Exercise objective: Return exactly the lines of the records below, starting at the line that contains "v 12.956 7.775 0" and ending at the line that contains "v 7.339 69.222 0", with both of those lines kept.

Dataset excerpts:
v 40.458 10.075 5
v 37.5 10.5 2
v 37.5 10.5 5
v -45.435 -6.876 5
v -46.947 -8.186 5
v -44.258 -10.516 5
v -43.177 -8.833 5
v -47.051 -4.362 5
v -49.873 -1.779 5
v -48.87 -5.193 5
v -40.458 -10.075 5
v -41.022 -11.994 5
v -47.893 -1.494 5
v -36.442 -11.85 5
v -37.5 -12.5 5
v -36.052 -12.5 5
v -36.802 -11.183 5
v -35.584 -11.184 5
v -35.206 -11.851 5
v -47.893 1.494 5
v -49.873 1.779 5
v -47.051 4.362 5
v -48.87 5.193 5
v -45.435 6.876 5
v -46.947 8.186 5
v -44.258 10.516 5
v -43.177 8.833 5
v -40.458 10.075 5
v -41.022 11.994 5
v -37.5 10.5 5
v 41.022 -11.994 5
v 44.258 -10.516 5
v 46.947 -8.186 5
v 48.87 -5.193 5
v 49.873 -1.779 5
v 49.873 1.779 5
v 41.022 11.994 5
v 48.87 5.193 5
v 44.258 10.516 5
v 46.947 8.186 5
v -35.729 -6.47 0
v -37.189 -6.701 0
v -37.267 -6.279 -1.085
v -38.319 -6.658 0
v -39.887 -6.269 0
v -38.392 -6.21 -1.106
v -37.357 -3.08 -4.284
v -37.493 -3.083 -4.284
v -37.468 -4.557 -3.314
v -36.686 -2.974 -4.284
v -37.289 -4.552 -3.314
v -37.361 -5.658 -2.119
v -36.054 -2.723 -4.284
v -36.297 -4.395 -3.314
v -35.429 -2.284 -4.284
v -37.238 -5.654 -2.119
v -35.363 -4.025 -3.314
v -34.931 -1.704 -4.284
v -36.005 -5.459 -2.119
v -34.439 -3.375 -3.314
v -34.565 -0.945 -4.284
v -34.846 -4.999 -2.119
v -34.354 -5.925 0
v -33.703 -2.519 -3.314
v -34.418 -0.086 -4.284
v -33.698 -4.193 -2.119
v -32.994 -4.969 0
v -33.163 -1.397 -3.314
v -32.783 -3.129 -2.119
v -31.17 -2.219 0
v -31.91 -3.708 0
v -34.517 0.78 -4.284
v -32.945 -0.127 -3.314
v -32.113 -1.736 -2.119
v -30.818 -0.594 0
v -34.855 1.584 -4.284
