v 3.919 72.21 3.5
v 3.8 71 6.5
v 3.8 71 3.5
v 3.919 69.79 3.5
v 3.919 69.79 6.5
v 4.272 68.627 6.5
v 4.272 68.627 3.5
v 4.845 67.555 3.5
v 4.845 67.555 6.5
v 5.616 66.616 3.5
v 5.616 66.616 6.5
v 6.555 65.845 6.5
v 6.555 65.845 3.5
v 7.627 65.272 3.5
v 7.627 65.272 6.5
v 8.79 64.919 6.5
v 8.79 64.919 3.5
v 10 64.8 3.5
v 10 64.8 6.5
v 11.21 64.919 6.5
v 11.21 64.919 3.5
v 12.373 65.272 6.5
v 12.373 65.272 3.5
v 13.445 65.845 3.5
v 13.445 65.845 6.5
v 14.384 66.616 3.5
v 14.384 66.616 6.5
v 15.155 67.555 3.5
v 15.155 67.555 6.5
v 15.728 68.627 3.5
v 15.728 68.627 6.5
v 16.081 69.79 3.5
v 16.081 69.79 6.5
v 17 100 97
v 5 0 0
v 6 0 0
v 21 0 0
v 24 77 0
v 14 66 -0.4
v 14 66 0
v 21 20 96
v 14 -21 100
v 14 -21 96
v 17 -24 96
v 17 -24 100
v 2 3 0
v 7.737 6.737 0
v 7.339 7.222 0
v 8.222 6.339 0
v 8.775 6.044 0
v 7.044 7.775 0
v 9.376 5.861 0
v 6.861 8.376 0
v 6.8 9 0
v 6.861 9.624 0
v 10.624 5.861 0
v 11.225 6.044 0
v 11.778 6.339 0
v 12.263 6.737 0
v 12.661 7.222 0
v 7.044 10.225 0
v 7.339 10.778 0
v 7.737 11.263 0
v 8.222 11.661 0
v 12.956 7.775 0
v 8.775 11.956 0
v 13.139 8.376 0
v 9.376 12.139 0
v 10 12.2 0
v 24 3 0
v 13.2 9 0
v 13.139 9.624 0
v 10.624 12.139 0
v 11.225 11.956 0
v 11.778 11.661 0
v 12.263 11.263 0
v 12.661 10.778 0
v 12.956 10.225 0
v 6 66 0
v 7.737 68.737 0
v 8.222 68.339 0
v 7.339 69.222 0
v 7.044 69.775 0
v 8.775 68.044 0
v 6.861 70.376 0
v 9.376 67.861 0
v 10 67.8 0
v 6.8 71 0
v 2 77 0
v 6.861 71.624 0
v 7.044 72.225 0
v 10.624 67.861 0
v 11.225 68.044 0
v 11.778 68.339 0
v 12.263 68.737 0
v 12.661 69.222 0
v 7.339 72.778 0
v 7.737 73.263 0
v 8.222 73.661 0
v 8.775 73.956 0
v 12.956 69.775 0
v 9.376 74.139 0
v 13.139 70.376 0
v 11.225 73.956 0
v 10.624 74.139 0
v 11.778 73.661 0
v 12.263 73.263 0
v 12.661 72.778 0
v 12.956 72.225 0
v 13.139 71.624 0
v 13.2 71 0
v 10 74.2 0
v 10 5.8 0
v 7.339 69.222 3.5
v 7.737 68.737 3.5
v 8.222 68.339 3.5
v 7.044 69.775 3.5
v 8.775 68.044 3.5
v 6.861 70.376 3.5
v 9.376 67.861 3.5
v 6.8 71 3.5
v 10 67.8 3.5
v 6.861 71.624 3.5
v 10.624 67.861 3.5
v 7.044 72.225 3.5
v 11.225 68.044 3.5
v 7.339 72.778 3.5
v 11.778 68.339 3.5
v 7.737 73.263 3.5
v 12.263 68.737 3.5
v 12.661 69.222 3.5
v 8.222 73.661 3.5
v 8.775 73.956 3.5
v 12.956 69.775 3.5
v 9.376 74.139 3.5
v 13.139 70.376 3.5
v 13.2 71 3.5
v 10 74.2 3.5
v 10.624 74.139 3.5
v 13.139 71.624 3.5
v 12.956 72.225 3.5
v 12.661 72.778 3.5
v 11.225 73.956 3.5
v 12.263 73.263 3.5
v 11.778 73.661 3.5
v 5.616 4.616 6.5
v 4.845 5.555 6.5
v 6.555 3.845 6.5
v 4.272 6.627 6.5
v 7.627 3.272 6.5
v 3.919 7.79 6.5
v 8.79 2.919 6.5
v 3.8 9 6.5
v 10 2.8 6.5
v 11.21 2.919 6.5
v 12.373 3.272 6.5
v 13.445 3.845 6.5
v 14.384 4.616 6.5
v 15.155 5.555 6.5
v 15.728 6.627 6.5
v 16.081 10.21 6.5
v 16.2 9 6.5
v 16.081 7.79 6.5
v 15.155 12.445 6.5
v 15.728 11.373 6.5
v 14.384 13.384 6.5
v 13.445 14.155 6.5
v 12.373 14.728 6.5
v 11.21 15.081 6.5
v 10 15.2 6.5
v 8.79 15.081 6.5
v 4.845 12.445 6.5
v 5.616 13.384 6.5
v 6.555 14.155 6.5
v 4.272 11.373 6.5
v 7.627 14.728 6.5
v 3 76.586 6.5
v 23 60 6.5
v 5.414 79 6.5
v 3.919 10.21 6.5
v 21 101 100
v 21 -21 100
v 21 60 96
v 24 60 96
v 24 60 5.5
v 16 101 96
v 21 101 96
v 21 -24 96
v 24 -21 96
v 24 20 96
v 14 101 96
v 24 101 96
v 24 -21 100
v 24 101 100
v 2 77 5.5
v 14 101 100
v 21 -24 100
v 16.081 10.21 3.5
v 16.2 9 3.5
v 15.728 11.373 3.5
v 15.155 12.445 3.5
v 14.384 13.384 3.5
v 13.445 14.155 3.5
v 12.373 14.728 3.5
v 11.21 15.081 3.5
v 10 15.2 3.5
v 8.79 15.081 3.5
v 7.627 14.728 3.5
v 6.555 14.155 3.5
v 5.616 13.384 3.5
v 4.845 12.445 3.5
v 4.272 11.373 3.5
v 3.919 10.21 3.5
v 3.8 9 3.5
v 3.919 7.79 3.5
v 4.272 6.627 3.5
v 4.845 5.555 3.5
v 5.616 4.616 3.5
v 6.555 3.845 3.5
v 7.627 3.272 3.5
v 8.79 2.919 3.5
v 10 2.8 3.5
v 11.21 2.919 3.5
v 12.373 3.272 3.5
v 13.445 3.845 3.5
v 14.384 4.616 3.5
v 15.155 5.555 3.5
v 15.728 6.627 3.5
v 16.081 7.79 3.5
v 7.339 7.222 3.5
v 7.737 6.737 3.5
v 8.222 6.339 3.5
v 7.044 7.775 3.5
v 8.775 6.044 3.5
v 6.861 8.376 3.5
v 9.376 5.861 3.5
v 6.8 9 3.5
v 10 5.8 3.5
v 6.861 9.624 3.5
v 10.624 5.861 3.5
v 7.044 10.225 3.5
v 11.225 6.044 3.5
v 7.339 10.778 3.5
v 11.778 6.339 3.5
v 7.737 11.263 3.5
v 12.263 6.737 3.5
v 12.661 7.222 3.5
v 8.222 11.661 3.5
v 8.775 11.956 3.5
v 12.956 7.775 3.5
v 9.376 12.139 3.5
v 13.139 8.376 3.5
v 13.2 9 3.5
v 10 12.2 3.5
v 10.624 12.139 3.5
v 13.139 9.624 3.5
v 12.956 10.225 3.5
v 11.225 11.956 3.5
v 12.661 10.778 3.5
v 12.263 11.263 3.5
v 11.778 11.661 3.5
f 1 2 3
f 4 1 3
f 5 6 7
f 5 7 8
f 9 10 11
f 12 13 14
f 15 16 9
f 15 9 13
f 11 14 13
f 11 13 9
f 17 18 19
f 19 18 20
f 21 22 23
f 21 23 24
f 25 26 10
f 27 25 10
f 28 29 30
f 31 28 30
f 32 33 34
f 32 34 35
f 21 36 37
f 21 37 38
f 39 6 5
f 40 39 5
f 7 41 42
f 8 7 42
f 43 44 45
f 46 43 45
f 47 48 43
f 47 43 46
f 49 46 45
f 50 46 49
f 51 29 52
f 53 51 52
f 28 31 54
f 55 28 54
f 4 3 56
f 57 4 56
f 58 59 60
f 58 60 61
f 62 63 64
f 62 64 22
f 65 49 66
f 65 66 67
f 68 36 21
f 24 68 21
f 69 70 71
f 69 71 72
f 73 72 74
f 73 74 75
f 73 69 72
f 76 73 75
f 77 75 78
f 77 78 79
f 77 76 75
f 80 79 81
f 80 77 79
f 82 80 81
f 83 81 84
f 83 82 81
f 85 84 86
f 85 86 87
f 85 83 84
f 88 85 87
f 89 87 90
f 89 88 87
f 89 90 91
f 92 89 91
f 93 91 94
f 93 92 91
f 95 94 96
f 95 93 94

Solution to the exercise:
v 12.956 7.775 0
v 8.775 11.956 0
v 13.139 8.376 0
v 9.376 12.139 0
v 10 12.2 0
v 24 3 0
v 13.2 9 0
v 13.139 9.624 0
v 10.624 12.139 0
v 11.225 11.956 0
v 11.778 11.661 0
v 12.263 11.263 0
v 12.661 10.778 0
v 12.956 10.225 0
v 6 66 0
v 7.737 68.737 0
v 8.222 68.339 0
v 7.339 69.222 0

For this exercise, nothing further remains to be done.